Real solutions of a quadratic equation are the values of the variable that satisfy the equation, found using methods like factoring, completing the square, or using the quadratic formula. In mathematics, a solution is called "real" if it belongs to the set of real numbers, meaning it can be plotted on a number line.
In some cases, a quadratic equation may not have real solutions, and instead, it has complex or imaginary solutions. However, when the discriminant (explained later) is positive or zero, we can be certain that the solutions are real.
In our problem, after applying the quadratic formula, we found two real solutions for the equation. These solutions are:

• \( y = \frac{1 + \sqrt{5}}{4} \)
• \( y = \frac{1 - \sqrt{5}}{4} \)

Both of these numbers can be shown on a real number line, confirming they are indeed real solutions.

The quadratic formula is a powerful tool that provides a straightforward method to solve any quadratic equation. Given a quadratic equation in the form \( ax^2 + bx + c = 0 \), the quadratic formula is: \[ x = \frac{-b \pm \sqrt{b^2 - 4ac}}{2a} \] This formula helps find the solutions, or roots, of any quadratic equation, whether the solutions are real or complex.
To effectively use the quadratic formula, we need to identify the coefficients of the equation: \( a \), \( b \), and \( c \). Once these coefficients are substituted into the equation, and the square root of the discriminant is calculated, the formula directly gives the two possible solutions.
In our example with \( 2 y^{2} - y - \frac{1}{2} = 0 \), using the formula resulted in two solutions, demonstrating the utility of this approach when dealing with quadratic equations.

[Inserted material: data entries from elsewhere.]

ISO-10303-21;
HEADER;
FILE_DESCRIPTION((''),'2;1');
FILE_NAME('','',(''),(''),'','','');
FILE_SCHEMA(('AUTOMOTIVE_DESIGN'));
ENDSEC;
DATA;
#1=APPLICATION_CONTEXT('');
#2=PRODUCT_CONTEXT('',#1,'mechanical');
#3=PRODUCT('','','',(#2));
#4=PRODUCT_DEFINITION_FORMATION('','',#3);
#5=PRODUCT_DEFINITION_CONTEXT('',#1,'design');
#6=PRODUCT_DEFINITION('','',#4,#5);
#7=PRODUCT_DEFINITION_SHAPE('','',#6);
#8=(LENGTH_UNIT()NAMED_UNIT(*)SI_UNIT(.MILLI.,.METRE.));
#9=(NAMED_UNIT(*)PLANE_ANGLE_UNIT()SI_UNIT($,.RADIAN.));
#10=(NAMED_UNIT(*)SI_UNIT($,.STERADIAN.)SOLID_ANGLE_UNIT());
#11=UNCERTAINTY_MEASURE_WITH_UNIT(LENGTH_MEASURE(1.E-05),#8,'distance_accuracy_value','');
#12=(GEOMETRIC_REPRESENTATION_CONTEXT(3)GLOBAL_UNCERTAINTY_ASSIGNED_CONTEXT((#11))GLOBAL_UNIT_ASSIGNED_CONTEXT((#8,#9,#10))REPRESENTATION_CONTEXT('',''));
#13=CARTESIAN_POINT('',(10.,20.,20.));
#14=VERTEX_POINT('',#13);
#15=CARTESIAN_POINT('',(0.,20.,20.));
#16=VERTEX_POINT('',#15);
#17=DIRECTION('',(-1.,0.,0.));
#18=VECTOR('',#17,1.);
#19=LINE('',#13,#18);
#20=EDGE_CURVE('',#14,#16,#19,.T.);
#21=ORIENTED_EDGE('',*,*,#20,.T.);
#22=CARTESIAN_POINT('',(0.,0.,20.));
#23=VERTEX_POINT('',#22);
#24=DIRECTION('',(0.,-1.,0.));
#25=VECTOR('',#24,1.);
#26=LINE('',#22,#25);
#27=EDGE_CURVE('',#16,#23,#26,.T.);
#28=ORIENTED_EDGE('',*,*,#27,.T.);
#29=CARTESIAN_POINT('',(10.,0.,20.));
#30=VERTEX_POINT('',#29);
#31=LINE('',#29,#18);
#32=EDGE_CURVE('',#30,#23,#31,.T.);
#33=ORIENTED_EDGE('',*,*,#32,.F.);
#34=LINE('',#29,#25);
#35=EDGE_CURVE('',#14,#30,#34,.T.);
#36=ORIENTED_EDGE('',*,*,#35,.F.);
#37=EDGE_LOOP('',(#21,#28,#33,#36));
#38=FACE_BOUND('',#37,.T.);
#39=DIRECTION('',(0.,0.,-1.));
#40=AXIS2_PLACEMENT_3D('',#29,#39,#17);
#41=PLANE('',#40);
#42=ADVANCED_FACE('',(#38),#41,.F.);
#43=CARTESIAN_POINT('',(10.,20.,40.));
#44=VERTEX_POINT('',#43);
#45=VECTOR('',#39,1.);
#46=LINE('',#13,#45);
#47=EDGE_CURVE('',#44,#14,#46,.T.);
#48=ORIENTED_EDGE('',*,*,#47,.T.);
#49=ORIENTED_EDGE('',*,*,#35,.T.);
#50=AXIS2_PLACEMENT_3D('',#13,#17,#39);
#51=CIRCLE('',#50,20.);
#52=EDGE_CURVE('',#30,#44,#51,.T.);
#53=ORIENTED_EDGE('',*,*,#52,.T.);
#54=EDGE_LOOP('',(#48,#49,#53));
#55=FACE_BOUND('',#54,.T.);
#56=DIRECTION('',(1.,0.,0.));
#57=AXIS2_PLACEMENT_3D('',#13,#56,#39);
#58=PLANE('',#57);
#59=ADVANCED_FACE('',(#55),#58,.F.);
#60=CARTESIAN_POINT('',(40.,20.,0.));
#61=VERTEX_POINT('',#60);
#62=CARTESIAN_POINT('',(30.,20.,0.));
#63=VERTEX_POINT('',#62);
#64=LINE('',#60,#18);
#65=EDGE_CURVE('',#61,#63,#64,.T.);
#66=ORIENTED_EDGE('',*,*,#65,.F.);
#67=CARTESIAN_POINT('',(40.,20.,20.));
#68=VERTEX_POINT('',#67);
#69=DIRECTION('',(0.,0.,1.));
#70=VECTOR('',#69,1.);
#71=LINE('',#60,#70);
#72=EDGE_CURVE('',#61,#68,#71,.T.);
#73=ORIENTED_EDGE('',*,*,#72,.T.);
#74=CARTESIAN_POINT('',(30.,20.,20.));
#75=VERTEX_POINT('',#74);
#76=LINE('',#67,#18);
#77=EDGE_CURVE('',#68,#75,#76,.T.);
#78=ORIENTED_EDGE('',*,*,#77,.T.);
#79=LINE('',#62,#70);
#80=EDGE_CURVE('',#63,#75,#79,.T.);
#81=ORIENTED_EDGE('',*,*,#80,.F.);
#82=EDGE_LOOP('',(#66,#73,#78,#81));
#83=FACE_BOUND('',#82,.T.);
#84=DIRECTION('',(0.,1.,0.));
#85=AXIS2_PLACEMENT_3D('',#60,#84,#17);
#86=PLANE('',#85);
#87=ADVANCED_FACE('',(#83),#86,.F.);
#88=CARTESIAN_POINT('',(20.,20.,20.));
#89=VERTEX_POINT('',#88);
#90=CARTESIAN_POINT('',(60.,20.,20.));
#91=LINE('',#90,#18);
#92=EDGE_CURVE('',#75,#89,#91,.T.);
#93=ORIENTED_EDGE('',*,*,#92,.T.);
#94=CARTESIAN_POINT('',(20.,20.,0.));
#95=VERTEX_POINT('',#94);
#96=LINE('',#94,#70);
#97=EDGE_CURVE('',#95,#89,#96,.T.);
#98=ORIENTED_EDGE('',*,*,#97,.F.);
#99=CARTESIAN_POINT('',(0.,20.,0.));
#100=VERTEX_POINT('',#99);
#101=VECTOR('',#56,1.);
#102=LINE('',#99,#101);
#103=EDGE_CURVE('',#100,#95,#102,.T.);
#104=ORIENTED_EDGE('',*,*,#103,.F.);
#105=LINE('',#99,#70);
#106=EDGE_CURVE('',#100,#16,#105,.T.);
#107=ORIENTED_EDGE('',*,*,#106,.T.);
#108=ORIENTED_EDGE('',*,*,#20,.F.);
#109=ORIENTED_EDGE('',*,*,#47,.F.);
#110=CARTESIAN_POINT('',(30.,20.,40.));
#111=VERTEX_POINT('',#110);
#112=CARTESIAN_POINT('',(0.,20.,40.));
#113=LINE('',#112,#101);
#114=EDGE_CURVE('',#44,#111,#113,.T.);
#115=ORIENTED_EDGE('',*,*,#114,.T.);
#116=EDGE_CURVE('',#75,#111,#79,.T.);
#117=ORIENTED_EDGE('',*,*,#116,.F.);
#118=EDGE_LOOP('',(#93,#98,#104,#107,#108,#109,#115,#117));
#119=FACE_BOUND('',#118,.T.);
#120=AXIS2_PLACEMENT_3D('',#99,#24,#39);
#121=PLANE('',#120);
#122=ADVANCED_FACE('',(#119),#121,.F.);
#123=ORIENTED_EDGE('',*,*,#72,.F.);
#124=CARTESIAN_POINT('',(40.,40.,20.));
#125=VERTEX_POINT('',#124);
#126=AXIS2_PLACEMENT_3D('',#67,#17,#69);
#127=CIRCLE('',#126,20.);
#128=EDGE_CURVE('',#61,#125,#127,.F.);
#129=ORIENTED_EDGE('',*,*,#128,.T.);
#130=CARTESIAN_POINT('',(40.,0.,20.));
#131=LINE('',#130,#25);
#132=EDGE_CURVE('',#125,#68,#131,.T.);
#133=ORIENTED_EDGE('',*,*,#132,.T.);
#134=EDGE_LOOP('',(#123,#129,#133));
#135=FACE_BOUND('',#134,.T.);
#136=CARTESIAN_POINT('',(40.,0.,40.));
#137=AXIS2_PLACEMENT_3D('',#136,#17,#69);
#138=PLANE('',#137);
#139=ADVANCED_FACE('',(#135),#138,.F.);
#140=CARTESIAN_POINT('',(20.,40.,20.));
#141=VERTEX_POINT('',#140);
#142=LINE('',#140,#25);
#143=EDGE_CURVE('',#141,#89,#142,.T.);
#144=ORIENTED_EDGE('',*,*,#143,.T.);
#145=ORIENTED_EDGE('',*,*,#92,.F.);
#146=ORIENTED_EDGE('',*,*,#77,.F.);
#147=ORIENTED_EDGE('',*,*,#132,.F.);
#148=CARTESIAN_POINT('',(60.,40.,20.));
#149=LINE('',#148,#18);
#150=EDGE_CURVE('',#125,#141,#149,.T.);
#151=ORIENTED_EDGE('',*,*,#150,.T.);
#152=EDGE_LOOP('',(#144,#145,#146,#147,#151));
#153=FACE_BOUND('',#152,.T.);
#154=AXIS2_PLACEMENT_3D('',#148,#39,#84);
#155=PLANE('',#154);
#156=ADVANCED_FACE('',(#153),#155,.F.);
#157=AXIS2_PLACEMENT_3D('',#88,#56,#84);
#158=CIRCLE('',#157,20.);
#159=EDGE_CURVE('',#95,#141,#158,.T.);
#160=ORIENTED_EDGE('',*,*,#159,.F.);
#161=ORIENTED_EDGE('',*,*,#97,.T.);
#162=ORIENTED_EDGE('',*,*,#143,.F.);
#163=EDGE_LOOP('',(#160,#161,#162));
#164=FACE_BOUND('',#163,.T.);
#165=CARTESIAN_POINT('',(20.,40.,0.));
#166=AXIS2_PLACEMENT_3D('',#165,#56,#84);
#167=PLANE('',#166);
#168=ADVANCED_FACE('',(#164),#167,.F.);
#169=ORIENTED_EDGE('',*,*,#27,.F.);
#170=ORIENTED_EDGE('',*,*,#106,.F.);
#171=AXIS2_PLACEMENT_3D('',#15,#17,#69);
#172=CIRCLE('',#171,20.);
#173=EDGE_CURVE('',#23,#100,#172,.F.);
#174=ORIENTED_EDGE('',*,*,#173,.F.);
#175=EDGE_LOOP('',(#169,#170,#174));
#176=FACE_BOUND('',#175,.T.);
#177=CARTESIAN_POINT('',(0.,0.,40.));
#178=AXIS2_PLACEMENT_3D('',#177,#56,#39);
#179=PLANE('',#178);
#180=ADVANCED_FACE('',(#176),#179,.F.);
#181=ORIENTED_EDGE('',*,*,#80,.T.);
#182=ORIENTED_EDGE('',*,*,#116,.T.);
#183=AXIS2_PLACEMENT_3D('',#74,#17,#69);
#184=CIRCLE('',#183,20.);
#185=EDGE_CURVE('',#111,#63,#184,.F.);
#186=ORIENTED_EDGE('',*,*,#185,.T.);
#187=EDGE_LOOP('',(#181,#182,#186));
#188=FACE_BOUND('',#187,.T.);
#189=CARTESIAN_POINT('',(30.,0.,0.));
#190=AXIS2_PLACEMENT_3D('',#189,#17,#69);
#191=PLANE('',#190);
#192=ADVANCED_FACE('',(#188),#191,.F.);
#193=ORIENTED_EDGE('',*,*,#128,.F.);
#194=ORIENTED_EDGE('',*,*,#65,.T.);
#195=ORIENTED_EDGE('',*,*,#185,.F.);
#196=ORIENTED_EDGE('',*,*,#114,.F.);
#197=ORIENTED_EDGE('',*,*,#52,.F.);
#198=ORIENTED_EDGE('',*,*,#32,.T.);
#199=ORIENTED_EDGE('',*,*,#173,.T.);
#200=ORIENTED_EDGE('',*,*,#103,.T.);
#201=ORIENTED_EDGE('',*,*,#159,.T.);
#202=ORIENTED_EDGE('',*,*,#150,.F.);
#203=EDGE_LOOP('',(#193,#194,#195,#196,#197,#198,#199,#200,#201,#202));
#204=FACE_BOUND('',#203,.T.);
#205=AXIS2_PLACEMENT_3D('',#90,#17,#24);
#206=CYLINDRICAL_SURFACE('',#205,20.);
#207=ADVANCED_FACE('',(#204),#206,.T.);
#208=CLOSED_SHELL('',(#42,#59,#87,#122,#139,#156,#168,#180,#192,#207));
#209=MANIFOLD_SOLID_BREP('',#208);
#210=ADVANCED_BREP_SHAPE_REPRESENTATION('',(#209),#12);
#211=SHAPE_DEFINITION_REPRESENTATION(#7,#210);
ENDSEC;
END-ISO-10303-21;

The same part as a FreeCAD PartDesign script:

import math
import FreeCAD as App
import Part
import Sketcher
from FreeCAD import Vector


def add_polygon(sketch, points):
    """Adds a closed chain of lines whose ends are joined by coincident constraints."""
    first, n = sketch.GeometryCount, len(points)
    for a, b in zip(points, points[1:] + points[:1]):
        sketch.addGeometry(Part.LineSegment(App.Vector(*a, 0), App.Vector(*b, 0)), False)
    for i in range(n):
        sketch.addConstraint(Sketcher.Constraint("Coincident", first + i, 2, first + (i + 1) % n, 1))

doc = App.newDocument("Part")
params = doc.addObject("Spreadsheet::Sheet", "Params")
for row, (alias, value) in enumerate([
    ("sketch1_width", "40 mm"),
    ("pad1_length", "40 mm"),
    ("sketch2_width", "20 mm"),
    ("sketch2_width2", "10 mm"),
    ("pocket1_length", "40 mm"),
    ("sketch3_width", "20 mm"),
    ("pocket2_length", "40 mm"),
    ("sketch4_radius", "20 mm"),
    ("pocket3_length", "40 mm"),
    ("sketch5_radius", "20 mm"),
    ("pocket4_length", "40 mm"),
    ("sketch6_radius", "20 mm"),
    ("pocket5_length", "10 mm"),
], start=1):
    params.set(f"A{row}", alias)
    params.set(f"B{row}", "=" + value)
    params.setAlias(f"B{row}", alias)

body = doc.addObject("PartDesign::Body", "Body")

sketch1 = doc.addObject("Sketcher::SketchObject", "Sketch")
body.addObject(sketch1)
sketch1.AttachmentSupport = (doc.XY_Plane, [""])
sketch1.MapMode = "FlatFace"
add_polygon(sketch1, [(0, 40), (0, 0), (40, 0), (40, 40)])
sketch1.addConstraint([
    Sketcher.Constraint("Vertical", 0),
    Sketcher.Constraint("Horizontal", 1),
    Sketcher.Constraint("Vertical", 2),
    Sketcher.Constraint("Horizontal", 3),
    Sketcher.Constraint("Coincident", 0, 2, -1, 1),
    Sketcher.Constraint("Equal", 3, 0),
    Sketcher.Constraint("DistanceX", 1, 1, 1, 2, 40.0),
])
sketch1.setExpression("Constraints[10]", "Params.sketch1_width")
pad1 = doc.addObject("PartDesign::Pad", "Pad")
body.addObject(pad1)
pad1.Profile = sketch1
pad1.setExpression("Length", "Params.pad1_length")

sketch2 = doc.addObject("Sketcher::SketchObject", "Sketch001")
body.addObject(sketch2)
sketch2.AttachmentSupport = (doc.XY_Plane, [""])
sketch2.MapMode = "FlatFace"
sketch2.AttachmentOffset = App.Placement(Vector(0, 0, 40), App.Rotation())
add_polygon(sketch2, [(0, 40), (0, 20), (20, 20), (20, 40)])
add_polygon(sketch2, [(30, 20), (30, 0), (40, 0), (40, 20)])
sketch2.addConstraint([
    Sketcher.Constraint("Vertical", 0),
    Sketcher.Constraint("Horizontal", 1),
    Sketcher.Constraint("Vertical", 2),
    Sketcher.Constraint("Horizontal", 3),
    Sketcher.Constraint("Vertical", 4),
    Sketcher.Constraint("Horizontal", 5),
    Sketcher.Constraint("Vertical", 6),
    Sketcher.Constraint("Horizontal", 7),
    Sketcher.Constraint("PointOnObject", 0, 2, -2),
    Sketcher.Constraint("PointOnObject", 4, 2, -1),
    Sketcher.Constraint("Horizontal", 1, 2, 6, 2),
    Sketcher.Constraint("Equal", 3, 0),
    Sketcher.Constraint("Equal", 2, 4),
    Sketcher.Constraint("DistanceX", 1, 1, 1, 2, 20.0),
    Sketcher.Constraint("DistanceX", 5, 1, 5, 2, 10.0),
    Sketcher.Constraint("DistanceX", -1, 1, 4, 2, 30.0),
])
sketch2.setExpression("Constraints[21]", "Params.sketch2_width")
sketch2.setExpression("Constraints[22]", "Params.sketch2_width2")
pocket1 = doc.addObject("PartDesign::Pocket", "Pocket")
body.addObject(pocket1)
pocket1.Profile = sketch2
pocket1.setExpression("Length", "Params.pocket1_length")

sketch3 = doc.addObject("Sketcher::SketchObject", "Sketch002")
body.addObject(sketch3)
sketch3.AttachmentSupport = (doc.YZ_Plane, [""])
sketch3.MapMode = "FlatFace"
sketch3.AttachmentOffset = App.Placement(Vector(0, 0, 20), App.Rotation())
add_polygon(sketch3, [(40, 20), (20, 20), (20, 40), (40, 40)])
sketch3.addConstraint([
    Sketcher.Constraint("Horizontal", 0),
    Sketcher.Constraint("Vertical", 1),
    Sketcher.Constraint("Horizontal", 2),
    Sketcher.Constraint("Vertical", 3),
    Sketcher.Constraint("Equal", 2, 1),
    Sketcher.Constraint("DistanceX", 0, 2, 0, 1, 20.0),
    Sketcher.Constraint("DistanceX", -1, 1, 0, 2, 20.0),
    Sketcher.Constraint("DistanceY", -1, 1, 0, 2, 20.0),
])
sketch3.setExpression("Constraints[9]", "Params.sketch3_width")
pocket2 = doc.addObject("PartDesign::Pocket", "Pocket001")
body.addObject(pocket2)
pocket2.Profile = sketch3
pocket2.setExpression("Length", "Params.pocket2_length")
pocket2.Reversed = True
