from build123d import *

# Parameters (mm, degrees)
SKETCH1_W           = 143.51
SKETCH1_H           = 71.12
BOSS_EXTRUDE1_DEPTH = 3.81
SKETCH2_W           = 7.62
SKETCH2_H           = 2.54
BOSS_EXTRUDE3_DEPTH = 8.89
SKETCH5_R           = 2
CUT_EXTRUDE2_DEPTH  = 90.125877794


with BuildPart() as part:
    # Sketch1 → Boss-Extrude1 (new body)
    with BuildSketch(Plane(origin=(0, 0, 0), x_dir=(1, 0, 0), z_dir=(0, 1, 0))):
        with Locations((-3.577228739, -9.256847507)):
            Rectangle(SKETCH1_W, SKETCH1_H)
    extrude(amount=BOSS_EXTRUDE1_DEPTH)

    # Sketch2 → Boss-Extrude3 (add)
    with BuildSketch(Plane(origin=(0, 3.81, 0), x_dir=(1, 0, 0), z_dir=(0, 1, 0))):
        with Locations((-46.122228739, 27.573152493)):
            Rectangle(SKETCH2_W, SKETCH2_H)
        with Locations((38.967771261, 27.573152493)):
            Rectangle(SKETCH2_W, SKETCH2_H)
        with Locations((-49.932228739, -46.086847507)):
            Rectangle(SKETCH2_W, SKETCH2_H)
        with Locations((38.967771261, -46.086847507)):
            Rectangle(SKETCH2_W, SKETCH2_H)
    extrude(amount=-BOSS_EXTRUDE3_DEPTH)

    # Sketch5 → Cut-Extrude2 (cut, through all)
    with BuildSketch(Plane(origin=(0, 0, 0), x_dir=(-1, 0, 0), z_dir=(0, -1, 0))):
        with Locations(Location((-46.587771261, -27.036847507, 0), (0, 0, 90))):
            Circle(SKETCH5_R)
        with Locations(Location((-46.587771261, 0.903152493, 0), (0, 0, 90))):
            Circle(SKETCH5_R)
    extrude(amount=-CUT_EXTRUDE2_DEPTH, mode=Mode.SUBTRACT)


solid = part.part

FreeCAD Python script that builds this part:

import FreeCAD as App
import Part
import Sketcher
Q = App.Units.Quantity


def add_polygon(sketch, points):
    """Adds a closed chain of lines whose ends are joined by coincident constraints."""
    first, n = sketch.GeometryCount, len(points)
    for a, b in zip(points, points[1:] + points[:1]):
        sketch.addGeometry(Part.LineSegment(App.Vector(*a, 0), App.Vector(*b, 0)), False)
    for i in range(n):
        sketch.addConstraint(Sketcher.Constraint("Coincident", first + i, 2, first + (i + 1) % n, 1))

doc = App.newDocument("Part")
params = doc.addObject("Spreadsheet::Sheet", "Params")
for row, (alias, value) in enumerate([
    ("sketch1_height", "2.8 in"),
    ("sketch1_width", "5.65 in"),
    ("pad1_length", "0.15 in"),
    ("sketch2_width", "0.3 in"),
    ("sketch2_height", "0.1 in"),
    ("pad2_length", "0.35 in"),
], start=1):
    params.set(f"A{row}", alias)
    params.set(f"B{row}", "=" + value)
    params.setAlias(f"B{row}", alias)

body = doc.addObject("PartDesign::Body", "Body")

# Sketch on XZ plane
sketch1 = doc.addObject("Sketcher::SketchObject", "Sketch")
body.addObject(sketch1)
sketch1.AttachmentSupport = (doc.XZ_Plane, [""])
sketch1.MapMode = "FlatFace"
add_polygon(sketch1, [(-75, -26), (-75, 45), (68, 45), (68, -26)])  # lines 0-3
sketch1.addConstraint(Sketcher.Constraint("Vertical", 0))
sketch1.addConstraint(Sketcher.Constraint("Horizontal", 1))
sketch1.addConstraint(Sketcher.Constraint("Vertical", 2))
sketch1.addConstraint(Sketcher.Constraint("Horizontal", 3))
sketch1.addConstraint(Sketcher.Constraint("DistanceY", 0, 1, 0, 2, Q("2.8 in")))
sketch1.addConstraint(Sketcher.Constraint("DistanceX", 1, 1, 1, 2, Q("5.65 in")))
sketch1.addConstraint(Sketcher.Constraint("DistanceX", 0, 2, -1, 1, Q("75.332229 mm")))
sketch1.addConstraint(Sketcher.Constraint("DistanceY", -1, 1, 0, 2, Q("44.816848 mm")))
sketch1.setExpression("Constraints[8]", "Params.sketch1_height")
sketch1.setExpression("Constraints[9]", "Params.sketch1_width")
pad1 = doc.addObject("PartDesign::Pad", "Pad")
body.addObject(pad1)
pad1.Profile = sketch1
pad1.setExpression("Length", "Params.pad1_length")
pad1.Reversed = True

# Sketch on XZ plane
sketch2 = doc.addObject("Sketcher::SketchObject", "Sketch001")
body.addObject(sketch2)
sketch2.AttachmentSupport = (doc.XZ_Plane, [""])
sketch2.MapMode = "FlatFace"
sketch2.AttachmentOffset = App.Placement(App.Vector(0, 0, -0.15 * 25.4), App.Rotation())
add_polygon(sketch2, [(-49.9, -28.8), (-49.9, -26.3), (-42.3, -26.3), (-42.3, -28.8)])  # lines 0-3
add_polygon(sketch2, [(35.2, -28.8), (35.2, -26.3), (42.8, -26.3), (42.8, -28.8)])  # lines 4-7
add_polygon(sketch2, [(-53.7, 44.8), (-53.7, 47.4), (-46.1, 47.4), (-46.1, 44.8)])  # lines 8-11
add_polygon(sketch2, [(35.2, 44.8), (35.2, 47.4), (42.8, 47.4), (42.8, 44.8)])  # lines 12-15
sketch2.addConstraint(Sketcher.Constraint("Vertical", 0))
sketch2.addConstraint(Sketcher.Constraint("Horizontal", 1))
sketch2.addConstraint(Sketcher.Constraint("Vertical", 2))
sketch2.addConstraint(Sketcher.Constraint("Horizontal", 3))
sketch2.addConstraint(Sketcher.Constraint("Vertical", 4))
sketch2.addConstraint(Sketcher.Constraint("Horizontal", 5))
sketch2.addConstraint(Sketcher.Constraint("Vertical", 6))
sketch2.addConstraint(Sketcher.Constraint("Horizontal", 7))
sketch2.addConstraint(Sketcher.Constraint("Vertical", 8))
sketch2.addConstraint(Sketcher.Constraint("Horizontal", 9))
sketch2.addConstraint(Sketcher.Constraint("Vertical", 10))
sketch2.addConstraint(Sketcher.Constraint("Horizontal", 11))
sketch2.addConstraint(Sketcher.Constraint("Vertical", 12))
sketch2.addConstraint(Sketcher.Constraint("Horizontal", 13))
sketch2.addConstraint(Sketcher.Constraint("Vertical", 14))
sketch2.addConstraint(Sketcher.Constraint("Horizontal", 15))
sketch2.addConstraint(Sketcher.Constraint("Horizontal", 1, 2, 4, 2))
sketch2.addConstraint(Sketcher.Constraint("Horizontal", 3, 2, 6, 2))
sketch2.addConstraint(Sketcher.Constraint("Horizontal", 9, 2, 12, 2))
sketch2.addConstraint(Sketcher.Constraint("Horizontal", 11, 2, 14, 2))
sketch2.addConstraint(Sketcher.Constraint("Vertical", 7, 2, 12, 2))
sketch2.addConstraint(Sketcher.Constraint("Vertical", 6, 2, 13, 2))
sketch2.addConstraint(Sketcher.Constraint("Equal", 3, 5))
sketch2.addConstraint(Sketcher.Constraint("Equal", 7, 9))
sketch2.addConstraint(Sketcher.Constraint("Equal", 6, 8))
sketch2.addConstraint(Sketcher.Constraint("DistanceX", 1, 1, 1, 2, Q("0.3 in")))
sketch2.addConstraint(Sketcher.Constraint("DistanceY", 0, 1, 0, 2, Q("0.1 in")))
sketch2.addConstraint(Sketcher.Constraint("DistanceY", 3, 2, 8, 2, Q("3 in")))
sketch2.addConstraint(Sketcher.Constraint("DistanceX", 8, 2, 4, 2, Q("3.5 in")))
sketch2.addConstraint(Sketcher.Constraint("DistanceX", 1, 2, 4, 2, Q("3.05 in")))
sketch2.addConstraint(Sketcher.Constraint("DistanceX", 0, 2, -1, 1, Q("49.932229 mm")))
sketch2.addConstraint(Sketcher.Constraint("DistanceY", 0, 2, -1, 1, Q("26.303152 mm")))
sketch2.setExpression("Constraints[41]", "Params.sketch2_width")
sketch2.setExpression("Constraints[42]", "Params.sketch2_height")
pad2 = doc.addObject("PartDesign::Pad", "Pad001")
body.addObject(pad2)
pad2.Profile = sketch2
pad2.setExpression("Length", "Params.pad2_length")

# Sketch on XZ plane
sketch3 = doc.addObject("Sketcher::SketchObject", "Sketch002")
body.addObject(sketch3)
sketch3.AttachmentSupport = (doc.XZ_Plane, [""])
sketch3.MapMode = "FlatFace"
sketch3.addGeometry(Part.Circle(App.Vector(46.6, 27, 0), App.Vector(0, 0, 1), 2), False)
sketch3.addGeometry(Part.Circle(App.Vector(46.6, -0.9, 0), App.Vector(0, 0, 1), 2), False)
sketch3.addConstraint(Sketcher.Constraint("Equal", 0, 1))
sketch3.addConstraint(Sketcher.Constraint("Vertical", 0, 3, 1, 3))
sketch3.addConstraint(Sketcher.Constraint("DistanceY", 1, 3, 0, 3, Q("1.1 in")))
sketch3.addConstraint(Sketcher.Constraint("Diameter", 0, Q("4 mm")))
sketch3.addConstraint(Sketcher.Constraint("DistanceX", -1, 1, 0, 3, Q("46.587771 mm")))
sketch3.addConstraint(Sketcher.Constraint("DistanceY", -1, 1, 0, 3, Q("27.036848 mm")))
pocket1 = doc.addObject("PartDesign::Pocket", "Pocket")
body.addObject(pocket1)
pocket1.Profile = sketch3
pocket1.Type = "ThroughAll"

doc.recompute()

The discriminant, denoted as \( \Delta \), plays a critical role in determining the nature of the solutions of a quadratic equation. The discriminant is given by the formula \( b^2 - 4ac \). It is part of the quadratic formula and influences the ultimate nature of the solutions.

• If \( \Delta > 0 \), there are two distinct and real solutions.
• If \( \Delta = 0 \), there is exactly one real solution (or a repeated root).
• If \( \Delta < 0 \), there are no real solutions, only complex ones.

In our specific problem, \( \Delta = 5 \), which is greater than zero. This indicates that there are two distinct real solutions. Recognizing the sign and value of the discriminant helps predict the type of solutions before even applying the quadratic formula.